(Given entries)

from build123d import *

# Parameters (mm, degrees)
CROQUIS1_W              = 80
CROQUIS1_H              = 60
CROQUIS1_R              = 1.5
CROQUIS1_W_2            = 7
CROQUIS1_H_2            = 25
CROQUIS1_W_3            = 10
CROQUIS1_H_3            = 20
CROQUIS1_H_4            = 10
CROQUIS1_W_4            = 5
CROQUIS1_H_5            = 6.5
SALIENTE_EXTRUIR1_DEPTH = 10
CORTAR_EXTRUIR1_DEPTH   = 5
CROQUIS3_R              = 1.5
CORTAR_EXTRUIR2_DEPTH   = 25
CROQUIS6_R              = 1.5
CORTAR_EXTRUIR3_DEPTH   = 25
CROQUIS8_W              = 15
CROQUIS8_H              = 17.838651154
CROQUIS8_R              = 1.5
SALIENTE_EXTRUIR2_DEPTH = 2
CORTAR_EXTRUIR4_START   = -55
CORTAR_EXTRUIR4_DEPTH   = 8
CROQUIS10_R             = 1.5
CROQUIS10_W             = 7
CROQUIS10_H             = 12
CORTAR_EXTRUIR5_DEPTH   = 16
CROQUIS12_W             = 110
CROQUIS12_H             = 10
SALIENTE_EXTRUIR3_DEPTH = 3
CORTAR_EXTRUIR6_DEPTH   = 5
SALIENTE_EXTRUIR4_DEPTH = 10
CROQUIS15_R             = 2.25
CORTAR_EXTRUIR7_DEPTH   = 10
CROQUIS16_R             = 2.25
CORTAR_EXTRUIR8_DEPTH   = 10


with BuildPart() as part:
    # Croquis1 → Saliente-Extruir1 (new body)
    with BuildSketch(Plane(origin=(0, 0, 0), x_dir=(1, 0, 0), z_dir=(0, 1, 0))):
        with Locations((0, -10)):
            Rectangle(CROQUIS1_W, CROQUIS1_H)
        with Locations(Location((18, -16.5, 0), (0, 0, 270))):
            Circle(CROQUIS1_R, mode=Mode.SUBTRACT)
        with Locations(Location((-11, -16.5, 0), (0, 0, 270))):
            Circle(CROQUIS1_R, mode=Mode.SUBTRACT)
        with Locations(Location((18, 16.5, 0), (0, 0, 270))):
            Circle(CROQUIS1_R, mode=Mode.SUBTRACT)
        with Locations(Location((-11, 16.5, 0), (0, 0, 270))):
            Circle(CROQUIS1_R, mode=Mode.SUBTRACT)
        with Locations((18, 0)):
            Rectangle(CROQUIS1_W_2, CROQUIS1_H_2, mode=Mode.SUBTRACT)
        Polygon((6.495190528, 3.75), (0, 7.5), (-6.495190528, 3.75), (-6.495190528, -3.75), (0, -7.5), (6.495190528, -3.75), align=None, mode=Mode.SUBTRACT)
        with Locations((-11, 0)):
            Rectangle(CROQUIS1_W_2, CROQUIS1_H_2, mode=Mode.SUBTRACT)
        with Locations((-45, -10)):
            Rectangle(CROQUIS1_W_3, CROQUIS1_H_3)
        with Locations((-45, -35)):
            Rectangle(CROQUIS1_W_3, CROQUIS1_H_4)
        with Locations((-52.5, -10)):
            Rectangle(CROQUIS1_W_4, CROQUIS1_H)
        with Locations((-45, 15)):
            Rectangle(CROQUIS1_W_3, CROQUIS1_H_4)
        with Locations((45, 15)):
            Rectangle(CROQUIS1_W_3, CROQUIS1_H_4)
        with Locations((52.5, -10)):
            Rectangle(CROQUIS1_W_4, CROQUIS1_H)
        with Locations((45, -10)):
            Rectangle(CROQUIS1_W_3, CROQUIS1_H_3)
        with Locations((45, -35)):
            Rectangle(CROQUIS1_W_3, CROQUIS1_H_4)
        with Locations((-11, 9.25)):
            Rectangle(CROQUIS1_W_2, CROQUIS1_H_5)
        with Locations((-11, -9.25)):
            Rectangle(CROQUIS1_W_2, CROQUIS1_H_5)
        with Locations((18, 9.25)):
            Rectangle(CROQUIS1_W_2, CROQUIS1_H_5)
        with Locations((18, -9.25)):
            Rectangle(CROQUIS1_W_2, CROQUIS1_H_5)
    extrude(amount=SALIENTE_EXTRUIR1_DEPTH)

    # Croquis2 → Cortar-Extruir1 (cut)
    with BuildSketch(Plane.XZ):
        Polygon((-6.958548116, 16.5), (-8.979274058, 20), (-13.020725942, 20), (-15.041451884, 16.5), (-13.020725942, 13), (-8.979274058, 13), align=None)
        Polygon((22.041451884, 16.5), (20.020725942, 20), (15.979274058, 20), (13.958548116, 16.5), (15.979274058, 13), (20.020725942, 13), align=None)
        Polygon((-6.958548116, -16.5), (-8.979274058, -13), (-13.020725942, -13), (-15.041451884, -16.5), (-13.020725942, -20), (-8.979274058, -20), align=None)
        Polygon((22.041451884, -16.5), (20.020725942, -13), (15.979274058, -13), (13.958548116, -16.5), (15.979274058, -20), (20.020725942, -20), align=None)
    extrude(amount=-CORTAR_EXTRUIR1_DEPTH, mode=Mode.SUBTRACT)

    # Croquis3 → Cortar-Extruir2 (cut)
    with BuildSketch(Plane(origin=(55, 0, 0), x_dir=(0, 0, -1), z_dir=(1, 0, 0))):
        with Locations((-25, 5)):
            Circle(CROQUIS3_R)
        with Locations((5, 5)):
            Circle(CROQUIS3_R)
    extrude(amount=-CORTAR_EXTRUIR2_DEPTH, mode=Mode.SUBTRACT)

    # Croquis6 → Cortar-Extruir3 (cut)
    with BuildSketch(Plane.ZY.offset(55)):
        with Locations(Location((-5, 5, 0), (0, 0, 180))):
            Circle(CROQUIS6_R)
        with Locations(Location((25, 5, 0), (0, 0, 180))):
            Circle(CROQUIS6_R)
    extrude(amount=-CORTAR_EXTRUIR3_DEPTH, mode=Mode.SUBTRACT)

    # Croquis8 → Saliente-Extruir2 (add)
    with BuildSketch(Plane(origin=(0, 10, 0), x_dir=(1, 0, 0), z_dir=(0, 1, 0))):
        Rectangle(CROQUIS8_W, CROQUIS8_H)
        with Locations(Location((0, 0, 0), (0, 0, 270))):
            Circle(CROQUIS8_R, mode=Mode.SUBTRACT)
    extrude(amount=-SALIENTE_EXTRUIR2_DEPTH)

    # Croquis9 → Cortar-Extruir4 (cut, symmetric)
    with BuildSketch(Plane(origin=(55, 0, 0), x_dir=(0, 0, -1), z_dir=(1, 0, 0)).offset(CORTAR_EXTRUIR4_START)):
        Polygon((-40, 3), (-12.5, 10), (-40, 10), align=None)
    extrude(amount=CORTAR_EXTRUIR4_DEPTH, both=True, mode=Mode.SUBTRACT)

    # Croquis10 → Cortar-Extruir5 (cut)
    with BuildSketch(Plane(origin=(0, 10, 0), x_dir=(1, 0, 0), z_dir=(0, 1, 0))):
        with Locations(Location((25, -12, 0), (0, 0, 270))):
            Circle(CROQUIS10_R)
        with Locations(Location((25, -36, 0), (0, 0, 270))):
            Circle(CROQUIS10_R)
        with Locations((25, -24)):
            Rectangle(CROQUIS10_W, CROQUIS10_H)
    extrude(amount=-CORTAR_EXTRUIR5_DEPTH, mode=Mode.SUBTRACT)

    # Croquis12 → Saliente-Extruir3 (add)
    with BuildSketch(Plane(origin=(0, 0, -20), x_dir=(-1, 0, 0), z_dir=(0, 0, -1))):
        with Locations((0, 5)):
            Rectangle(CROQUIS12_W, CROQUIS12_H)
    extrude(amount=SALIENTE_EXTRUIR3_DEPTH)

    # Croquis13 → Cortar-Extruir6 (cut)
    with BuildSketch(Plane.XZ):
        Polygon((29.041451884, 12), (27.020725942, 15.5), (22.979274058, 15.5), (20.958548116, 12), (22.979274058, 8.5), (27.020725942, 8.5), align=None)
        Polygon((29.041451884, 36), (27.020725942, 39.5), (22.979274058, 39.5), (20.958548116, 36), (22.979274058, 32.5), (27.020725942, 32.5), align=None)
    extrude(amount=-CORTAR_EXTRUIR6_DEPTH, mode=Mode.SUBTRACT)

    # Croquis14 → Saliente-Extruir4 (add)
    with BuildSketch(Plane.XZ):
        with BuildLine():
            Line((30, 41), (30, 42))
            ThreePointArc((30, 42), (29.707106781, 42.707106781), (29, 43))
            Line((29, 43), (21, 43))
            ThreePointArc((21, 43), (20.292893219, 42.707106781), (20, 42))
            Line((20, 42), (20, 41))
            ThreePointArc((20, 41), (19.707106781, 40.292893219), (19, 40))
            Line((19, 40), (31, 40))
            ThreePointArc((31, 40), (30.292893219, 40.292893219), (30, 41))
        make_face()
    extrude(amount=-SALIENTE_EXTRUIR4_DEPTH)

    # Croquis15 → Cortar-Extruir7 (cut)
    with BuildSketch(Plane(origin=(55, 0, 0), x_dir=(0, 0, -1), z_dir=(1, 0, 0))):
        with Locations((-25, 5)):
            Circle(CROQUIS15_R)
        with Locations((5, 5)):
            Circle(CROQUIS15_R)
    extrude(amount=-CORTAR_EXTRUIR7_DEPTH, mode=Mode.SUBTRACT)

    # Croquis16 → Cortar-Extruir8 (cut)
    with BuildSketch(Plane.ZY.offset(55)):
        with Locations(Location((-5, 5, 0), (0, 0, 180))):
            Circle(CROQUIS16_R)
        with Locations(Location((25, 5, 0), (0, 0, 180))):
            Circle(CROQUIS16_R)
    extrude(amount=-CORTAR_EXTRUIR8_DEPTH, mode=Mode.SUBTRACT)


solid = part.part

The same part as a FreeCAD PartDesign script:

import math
import FreeCAD as App
import Part
import Sketcher
Q = App.Units.Quantity

doc = App.newDocument("Part")
body = doc.addObject("PartDesign::Body", "Body")

# Sketch on XZ plane
sketch1 = body.newObject("Sketcher::SketchObject", "Sketch")
sketch1.AttachmentSupport = (doc.getObject("XZ_Plane"), [""])
sketch1.MapMode = "FlatFace"
sketch1.addGeometry([
    Part.LineSegment(App.Vector(55, 40, 0), App.Vector(55, -20, 0)),  # 0
    Part.LineSegment(App.Vector(55, -20, 0), App.Vector(-55, -20, 0)),  # 1
    Part.LineSegment(App.Vector(-55, -20, 0), App.Vector(-55, 40, 0)),  # 2
    Part.LineSegment(App.Vector(-55, 40, 0), App.Vector(55, 40, 0)),  # 3
    Part.LineSegment(App.Vector(-40, 20, 0), App.Vector(-40, 30, 0)),  # 4
    Part.LineSegment(App.Vector(-40, 30, 0), App.Vector(-50, 30, 0)),  # 5
    Part.LineSegment(App.Vector(-50, 30, 0), App.Vector(-50, 20, 0)),  # 6
    Part.LineSegment(App.Vector(-50, 20, 0), App.Vector(-40, 20, 0)),  # 7
    Part.LineSegment(App.Vector(40, 30, 0), App.Vector(40, 20, 0)),  # 8
    Part.LineSegment(App.Vector(40, 20, 0), App.Vector(50, 20, 0)),  # 9
    Part.LineSegment(App.Vector(50, 20, 0), App.Vector(50, 30, 0)),  # 10
    Part.LineSegment(App.Vector(50, 30, 0), App.Vector(40, 30, 0)),  # 11
    Part.LineSegment(App.Vector(40, 0, 0), App.Vector(40, -10, 0)),  # 12
    Part.LineSegment(App.Vector(40, -10, 0), App.Vector(50, -10, 0)),  # 13
    Part.LineSegment(App.Vector(50, -10, 0), App.Vector(50, 0, 0)),  # 14
    Part.LineSegment(App.Vector(50, 0, 0), App.Vector(40, 0, 0)),  # 15
    Part.LineSegment(App.Vector(-40, -10, 0), App.Vector(-40, 0, 0)),  # 16
    Part.LineSegment(App.Vector(-40, 0, 0), App.Vector(-50, 0, 0)),  # 17
    Part.LineSegment(App.Vector(-50, 0, 0), App.Vector(-50, -10, 0)),  # 18
    Part.LineSegment(App.Vector(-50, -10, 0), App.Vector(-40, -10, 0)),  # 19
    Part.Circle(App.Vector(-11, 16.5, 0), App.Vector(0, 0, 1), 1.5),  # 20
    Part.Circle(App.Vector(18, 16.5, 0), App.Vector(0, 0, 1), 1.5),  # 21
    Part.LineSegment(App.Vector(-14.5, 6, 0), App.Vector(-14.5, -6, 0)),  # 22
    Part.LineSegment(App.Vector(-14.5, -6, 0), App.Vector(-7.5, -6, 0)),  # 23
    Part.LineSegment(App.Vector(-7.5, -6, 0), App.Vector(-7.5, 6, 0)),  # 24
    Part.LineSegment(App.Vector(-7.5, 6, 0), App.Vector(-14.5, 6, 0)),  # 25
    Part.LineSegment(App.Vector(0, -7.5, 0), App.Vector(6.5, -3.8, 0)),  # 26
    Part.LineSegment(App.Vector(6.5, -3.8, 0), App.Vector(6.5, 3.8, 0)),  # 27
    Part.LineSegment(App.Vector(6.5, 3.8, 0), App.Vector(0, 7.5, 0)),  # 28
    Part.LineSegment(App.Vector(0, 7.5, 0), App.Vector(-6.5, 3.8, 0)),  # 29
    Part.LineSegment(App.Vector(-6.5, 3.8, 0), App.Vector(-6.5, -3.8, 0)),  # 30
    Part.LineSegment(App.Vector(-6.5, -3.8, 0), App.Vector(0, -7.5, 0)),  # 31
    Part.Circle(App.Vector(-11, -16.5, 0), App.Vector(0, 0, 1), 1.5),  # 32
    Part.LineSegment(App.Vector(14.5, 6, 0), App.Vector(14.5, -6, 0)),  # 33
    Part.LineSegment(App.Vector(14.5, -6, 0), App.Vector(21.5, -6, 0)),  # 34
    Part.LineSegment(App.Vector(21.5, -6, 0), App.Vector(21.5, 6, 0)),  # 35
    Part.LineSegment(App.Vector(21.5, 6, 0), App.Vector(14.5, 6, 0)),  # 36
    Part.Circle(App.Vector(18, -16.5, 0), App.Vector(0, 0, 1), 1.5),  # 37
], False)
sketch1.addConstraint([
    Sketcher.Constraint("Coincident", 0, 2, 1, 1),
    Sketcher.Constraint("Coincident", 1, 2, 2, 1),
    Sketcher.Constraint("Coincident", 2, 2, 3, 1),
    Sketcher.Constraint("Coincident", 3, 2, 0, 1),
    Sketcher.Constraint("Coincident", 4, 2, 5, 1),
    Sketcher.Constraint("Coincident", 5, 2, 6, 1),
    Sketcher.Constraint("Coincident", 6, 2, 7, 1),
    Sketcher.Constraint("Coincident", 7, 2, 4, 1),
    Sketcher.Constraint("Coincident", 8, 2, 9, 1),
    Sketcher.Constraint("Coincident", 9, 2, 10, 1),
    Sketcher.Constraint("Coincident", 10, 2, 11, 1),
    Sketcher.Constraint("Coincident", 11, 2, 8, 1),
    Sketcher.Constraint("Coincident", 12, 2, 13, 1),
    Sketcher.Constraint("Coincident", 13, 2, 14, 1),
    Sketcher.Constraint("Coincident", 14, 2, 15, 1),
    Sketcher.Constraint("Coincident", 15, 2, 12, 1),
    Sketcher.Constraint("Coincident", 16, 2, 17, 1),
    Sketcher.Constraint("Coincident", 17, 2, 18, 1),
    Sketcher.Constraint("Coincident", 18, 2, 19, 1),
    Sketcher.Constraint("Coincident", 19, 2, 16, 1),
    Sketcher.Constraint("Coincident", 22, 2, 23, 1),
    Sketcher.Constraint("Coincident", 23, 2, 24, 1),
    Sketcher.Constraint("Coincident", 24, 2, 25, 1),
    Sketcher.Constraint("Coincident", 25, 2, 22, 1),
    Sketcher.Constraint("Coincident", 26, 2, 27, 1),
    Sketcher.Constraint("Coincident", 27, 2, 28, 1),
    Sketcher.Constraint("Coincident", 28, 2, 29, 1),
    Sketcher.Constraint("Coincident", 29, 2, 30, 1),
    Sketcher.Constraint("Coincident", 30, 2, 31, 1),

(End Given entries)

*Exercise requirements*:
The first line of the data, the line with "SALIENTE_EXTRUIR1_DEPTH = 10", and all lines in between are to be copied exactly. Leave out everything else.

*Output for this exercise*:
from build123d import *

# Parameters (mm, degrees)
CROQUIS1_W              = 80
CROQUIS1_H              = 60
CROQUIS1_R              = 1.5
CROQUIS1_W_2            = 7
CROQUIS1_H_2            = 25
CROQUIS1_W_3            = 10
CROQUIS1_H_3            = 20
CROQUIS1_H_4            = 10
CROQUIS1_W_4            = 5
CROQUIS1_H_5            = 6.5
SALIENTE_EXTRUIR1_DEPTH = 10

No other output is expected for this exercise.